フジテレビュー!!では、同作でコンビの若手漫画家“アオヅカハルオ”を演じる石田明と植田圭輔にインタビュー。その前編では、舞台本番で繰り広げられるだろう「アドリブ合戦」について予想してもらい、植田が「石田さん、(本番では)助けてください(笑)」と“事前通告”して盛り上がりを見せた。
後編となる今回は、取材の合間も仲良く雑談を交わす2人に、お互いの素顔や仕事観について聞いた。

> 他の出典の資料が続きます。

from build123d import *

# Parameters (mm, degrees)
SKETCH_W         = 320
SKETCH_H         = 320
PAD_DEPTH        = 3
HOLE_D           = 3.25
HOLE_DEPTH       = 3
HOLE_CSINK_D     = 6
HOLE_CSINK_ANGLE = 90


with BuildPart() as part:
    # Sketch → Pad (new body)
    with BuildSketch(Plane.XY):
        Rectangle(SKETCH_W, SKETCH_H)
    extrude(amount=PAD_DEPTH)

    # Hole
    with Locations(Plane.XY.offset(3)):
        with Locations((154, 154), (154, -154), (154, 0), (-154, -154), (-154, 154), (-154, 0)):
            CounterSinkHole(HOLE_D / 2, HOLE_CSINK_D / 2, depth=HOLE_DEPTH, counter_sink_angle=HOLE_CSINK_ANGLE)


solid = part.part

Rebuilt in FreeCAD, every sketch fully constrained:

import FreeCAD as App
import Part
import Sketcher
from FreeCAD import Vector

doc = App.newDocument("Part")
body = doc.addObject("PartDesign::Body", "Body")

# Sketch on XY plane
sketch1 = body.newObject("Sketcher::SketchObject", "Sketch")
sketch1.AttachmentSupport = (doc.getObject("XY_Plane"), [""])
sketch1.MapMode = "FlatFace"
sketch1.addGeometry([
    Part.LineSegment(Vector(-160, 160, 0), Vector(-160, -160, 0)),
    Part.LineSegment(Vector(-160, -160, 0), Vector(160, -160, 0)),
    Part.LineSegment(Vector(160, -160, 0), Vector(160, 160, 0)),
    Part.LineSegment(Vector(160, 160, 0), Vector(-160, 160, 0)),
], False)
sketch1.addConstraint([
    Sketcher.Constraint("Coincident", 0, 2, 1, 1),
    Sketcher.Constraint("Coincident", 1, 2, 2, 1),
    Sketcher.Constraint("Coincident", 2, 2, 3, 1),
    Sketcher.Constraint("Coincident", 3, 2, 0, 1),
    Sketcher.Constraint("Vertical", 0),
    Sketcher.Constraint("Horizontal", 1),
    Sketcher.Constraint("Vertical", 2),
    Sketcher.Constraint("Horizontal", 3),
    Sketcher.Constraint("Symmetric", 0, 2, 2, 2, -1, 1),
    Sketcher.Constraint("Equal", 3, 0),
    Sketcher.Constraint("DistanceX", 1, 1, 1, 2, 320.0),
])
pad1 = body.newObject("PartDesign::Pad", "Pad")
pad1.Profile = sketch1
pad1.Length = 3

# Sketch on XY plane
sketch2 = body.newObject("Sketcher::SketchObject", "Sketch001")
sketch2.AttachmentSupport = (doc.getObject("XY_Plane"), [""])
sketch2.MapMode = "FlatFace"
sketch2.AttachmentOffset = App.Placement(Vector(0, 0, 3), App.Rotation())
sketch2.addGeometry([
    Part.Circle(Vector(154, 154, 0), Vector(0, 0, 1), 1.6),  # 0
    Part.Circle(Vector(154, -154, 0), Vector(0, 0, 1), 1.6),  # 1
    Part.Circle(Vector(154, 0, 0), Vector(0, 0, 1), 1.6),  # 2
    Part.Circle(Vector(-154, -154, 0), Vector(0, 0, 1), 1.6),  # 3
    Part.Circle(Vector(-154, 154, 0), Vector(0, 0, 1), 1.6),  # 4
    Part.Circle(Vector(-154, 0, 0), Vector(0, 0, 1), 1.6),  # 5
], False)
sketch2.addConstraint([
    Sketcher.Constraint("Equal", 0, 1),
    Sketcher.Constraint("Equal", 1, 2),
    Sketcher.Constraint("Equal", 2, 3),
    Sketcher.Constraint("Equal", 3, 4),
    Sketcher.Constraint("Equal", 4, 5),
    Sketcher.Constraint("Symmetric", 0, 3, 3, 3, -1, 1),
    Sketcher.Constraint("Symmetric", 1, 3, 4, 3, -1, 1),
    Sketcher.Constraint("Symmetric", 2, 3, 5, 3, -1, 1),
    Sketcher.Constraint("Symmetric", 1, 3, 3, 3, -2),
    Sketcher.Constraint("PointOnObject", 2, 3, -1),
    Sketcher.Constraint("Vertical", 1, 3, 2, 3),
    Sketcher.Constraint("Diameter", 0, 3.25),
    Sketcher.Constraint("DistanceX", -1, 1, 0, 3, 154.0),
    Sketcher.Constraint("DistanceY", -1, 1, 0, 3, 154.0),
])
doc.recompute()
hole = body.newObject("PartDesign::Hole", "Hole")
hole.Profile = sketch2
hole.ThreadType = "None"
hole.Diameter = 3.25
hole.DepthType = "Dimension"
hole.Depth = 3
hole.DrillPoint = "Flat"
hole.HoleCutType = "Countersink"
hole.HoleCutDiameter = 6
hole.HoleCutCountersinkAngle = 90

doc.recompute()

<石田明(NON STYLE)&植田圭輔 インタビュー>

石田明が演劇界で絶賛される理由「これ絶対記事に書いてっ…(笑)!!」
――石田さんと植田さんのお二人だからこそ知る、お互いの素顔を教えてください。
植田:石田さんは、めちゃくちゃ役者です!芸人さんであり、役者です。石田さんって、僕ら舞台俳優の若いやつとよく共演しているじゃないですか。石田さんは、知らないと思うんですけど…
石田:うん?
植田:若手のあいだで、よく話題に上がるんですよ!「石田さん、やばない!?」って。石田さんは、つかこうへい作品をはじめ、いろんなお芝居もやられてますし、芝居への取り組み方とか、舞台上で見せる“目”とか。もう、ただの役者ですもん。僕らも負けてじゃダメなんですけど、けっこう「アイツ、石田さんに食われてたな」とか、「俺、いま石田さんに負けてるかもな」とか思うことが多くて。そういうのを酒のツマミにしてよく飲んでます。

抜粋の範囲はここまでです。